### EXERCISE GOAL
For each line below that holds the string "with", add one to a tally; report that tally alone.

____________________

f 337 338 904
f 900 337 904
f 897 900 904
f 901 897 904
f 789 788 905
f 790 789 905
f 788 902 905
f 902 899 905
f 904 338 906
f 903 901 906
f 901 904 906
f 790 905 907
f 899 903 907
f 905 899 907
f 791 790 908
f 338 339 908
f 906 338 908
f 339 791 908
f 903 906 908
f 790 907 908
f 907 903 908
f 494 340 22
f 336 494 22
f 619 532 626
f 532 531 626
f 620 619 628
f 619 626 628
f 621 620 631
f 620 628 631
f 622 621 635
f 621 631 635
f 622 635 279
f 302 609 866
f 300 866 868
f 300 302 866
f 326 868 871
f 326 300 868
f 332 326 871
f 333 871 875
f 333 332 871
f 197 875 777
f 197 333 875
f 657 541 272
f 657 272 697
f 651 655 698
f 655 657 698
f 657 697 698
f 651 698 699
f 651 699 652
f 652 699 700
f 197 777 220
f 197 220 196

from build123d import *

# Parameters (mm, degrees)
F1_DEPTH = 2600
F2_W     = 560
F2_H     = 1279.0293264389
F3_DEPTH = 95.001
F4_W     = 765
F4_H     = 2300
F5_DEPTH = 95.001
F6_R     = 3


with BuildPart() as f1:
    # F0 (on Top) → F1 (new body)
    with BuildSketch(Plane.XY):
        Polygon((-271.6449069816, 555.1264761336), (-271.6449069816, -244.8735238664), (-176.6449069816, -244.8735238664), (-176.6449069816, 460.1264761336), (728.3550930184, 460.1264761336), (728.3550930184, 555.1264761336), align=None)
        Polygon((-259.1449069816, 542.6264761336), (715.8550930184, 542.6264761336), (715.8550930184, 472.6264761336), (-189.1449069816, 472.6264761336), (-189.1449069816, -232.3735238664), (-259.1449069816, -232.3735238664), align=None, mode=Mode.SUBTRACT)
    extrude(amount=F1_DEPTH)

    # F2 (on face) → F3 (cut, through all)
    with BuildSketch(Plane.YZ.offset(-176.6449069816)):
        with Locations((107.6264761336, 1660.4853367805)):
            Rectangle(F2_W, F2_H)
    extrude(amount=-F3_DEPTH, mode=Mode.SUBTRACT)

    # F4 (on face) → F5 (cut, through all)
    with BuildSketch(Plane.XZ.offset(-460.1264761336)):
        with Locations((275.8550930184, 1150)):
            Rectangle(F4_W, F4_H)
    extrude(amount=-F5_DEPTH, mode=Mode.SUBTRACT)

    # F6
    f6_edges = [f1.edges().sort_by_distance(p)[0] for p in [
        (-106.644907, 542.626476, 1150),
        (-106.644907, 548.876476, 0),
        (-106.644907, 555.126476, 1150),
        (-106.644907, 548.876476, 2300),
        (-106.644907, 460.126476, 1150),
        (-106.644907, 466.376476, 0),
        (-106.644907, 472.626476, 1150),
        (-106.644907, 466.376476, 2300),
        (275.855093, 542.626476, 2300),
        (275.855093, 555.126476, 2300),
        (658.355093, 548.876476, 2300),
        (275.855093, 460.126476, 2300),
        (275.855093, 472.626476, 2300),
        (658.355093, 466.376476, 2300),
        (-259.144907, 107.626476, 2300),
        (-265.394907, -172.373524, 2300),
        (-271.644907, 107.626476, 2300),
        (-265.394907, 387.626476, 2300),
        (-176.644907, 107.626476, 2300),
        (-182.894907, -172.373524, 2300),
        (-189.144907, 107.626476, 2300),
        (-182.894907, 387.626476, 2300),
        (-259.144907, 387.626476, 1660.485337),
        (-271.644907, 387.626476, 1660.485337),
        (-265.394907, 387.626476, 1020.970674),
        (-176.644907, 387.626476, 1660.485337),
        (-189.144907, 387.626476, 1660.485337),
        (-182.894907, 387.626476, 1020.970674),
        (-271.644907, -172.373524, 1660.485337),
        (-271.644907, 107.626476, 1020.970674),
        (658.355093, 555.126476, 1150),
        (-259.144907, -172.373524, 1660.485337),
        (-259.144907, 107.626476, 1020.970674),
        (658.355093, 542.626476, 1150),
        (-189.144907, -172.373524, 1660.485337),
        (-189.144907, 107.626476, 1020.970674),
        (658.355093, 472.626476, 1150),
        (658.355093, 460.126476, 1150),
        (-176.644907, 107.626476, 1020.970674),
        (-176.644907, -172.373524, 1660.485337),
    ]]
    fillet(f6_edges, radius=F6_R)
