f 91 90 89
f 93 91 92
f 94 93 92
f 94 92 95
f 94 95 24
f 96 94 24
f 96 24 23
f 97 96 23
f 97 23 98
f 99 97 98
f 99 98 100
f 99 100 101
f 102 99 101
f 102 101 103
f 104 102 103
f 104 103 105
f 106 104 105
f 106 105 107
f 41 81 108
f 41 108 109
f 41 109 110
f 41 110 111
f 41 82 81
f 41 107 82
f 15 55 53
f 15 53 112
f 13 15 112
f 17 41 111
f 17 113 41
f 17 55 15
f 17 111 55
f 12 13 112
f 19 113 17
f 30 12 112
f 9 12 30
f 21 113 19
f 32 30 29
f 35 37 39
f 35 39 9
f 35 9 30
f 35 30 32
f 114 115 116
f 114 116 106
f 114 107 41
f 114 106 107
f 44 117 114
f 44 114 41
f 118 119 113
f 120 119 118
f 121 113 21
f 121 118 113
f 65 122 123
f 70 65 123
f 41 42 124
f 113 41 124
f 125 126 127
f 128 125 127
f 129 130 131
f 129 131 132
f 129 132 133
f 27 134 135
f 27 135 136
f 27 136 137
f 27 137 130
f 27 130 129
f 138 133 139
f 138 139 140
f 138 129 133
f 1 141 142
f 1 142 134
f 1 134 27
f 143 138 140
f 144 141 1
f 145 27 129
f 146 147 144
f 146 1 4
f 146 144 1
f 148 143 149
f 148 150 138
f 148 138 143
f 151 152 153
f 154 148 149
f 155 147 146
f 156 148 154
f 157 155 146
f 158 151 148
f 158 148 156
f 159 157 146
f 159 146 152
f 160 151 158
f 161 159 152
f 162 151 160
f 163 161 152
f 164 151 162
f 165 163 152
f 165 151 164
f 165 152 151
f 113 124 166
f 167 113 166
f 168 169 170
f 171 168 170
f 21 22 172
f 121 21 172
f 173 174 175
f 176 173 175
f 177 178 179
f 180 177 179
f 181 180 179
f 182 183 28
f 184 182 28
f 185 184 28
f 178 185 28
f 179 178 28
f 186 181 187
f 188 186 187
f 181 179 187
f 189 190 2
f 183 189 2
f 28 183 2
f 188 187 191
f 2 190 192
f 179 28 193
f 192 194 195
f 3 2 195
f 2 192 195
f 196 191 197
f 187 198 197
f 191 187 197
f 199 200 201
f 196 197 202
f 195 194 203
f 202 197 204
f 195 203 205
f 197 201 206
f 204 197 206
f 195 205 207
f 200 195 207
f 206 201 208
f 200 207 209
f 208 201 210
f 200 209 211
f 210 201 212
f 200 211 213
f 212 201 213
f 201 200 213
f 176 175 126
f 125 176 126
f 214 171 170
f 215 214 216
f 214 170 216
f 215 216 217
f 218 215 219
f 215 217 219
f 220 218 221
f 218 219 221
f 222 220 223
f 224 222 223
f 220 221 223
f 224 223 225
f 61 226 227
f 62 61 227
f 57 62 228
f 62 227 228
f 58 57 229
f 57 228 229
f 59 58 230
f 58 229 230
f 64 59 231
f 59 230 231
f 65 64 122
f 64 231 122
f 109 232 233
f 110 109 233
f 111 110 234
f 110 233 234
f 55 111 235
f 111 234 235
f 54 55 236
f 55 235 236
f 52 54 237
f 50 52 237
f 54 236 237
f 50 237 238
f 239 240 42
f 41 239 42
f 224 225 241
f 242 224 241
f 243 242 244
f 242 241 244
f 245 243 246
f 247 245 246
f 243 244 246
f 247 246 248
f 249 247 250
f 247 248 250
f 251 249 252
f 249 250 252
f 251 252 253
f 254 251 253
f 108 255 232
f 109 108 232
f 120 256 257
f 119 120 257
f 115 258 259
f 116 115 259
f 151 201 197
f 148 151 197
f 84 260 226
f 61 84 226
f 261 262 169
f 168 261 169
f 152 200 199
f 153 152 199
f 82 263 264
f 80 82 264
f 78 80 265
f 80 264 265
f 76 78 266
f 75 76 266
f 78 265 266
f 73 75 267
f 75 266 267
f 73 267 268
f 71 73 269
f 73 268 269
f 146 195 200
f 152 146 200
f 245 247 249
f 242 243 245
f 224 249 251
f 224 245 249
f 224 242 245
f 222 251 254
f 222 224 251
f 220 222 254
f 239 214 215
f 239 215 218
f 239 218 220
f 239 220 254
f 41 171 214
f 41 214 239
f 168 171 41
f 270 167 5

____________________

### REPLY TO THE TASK
6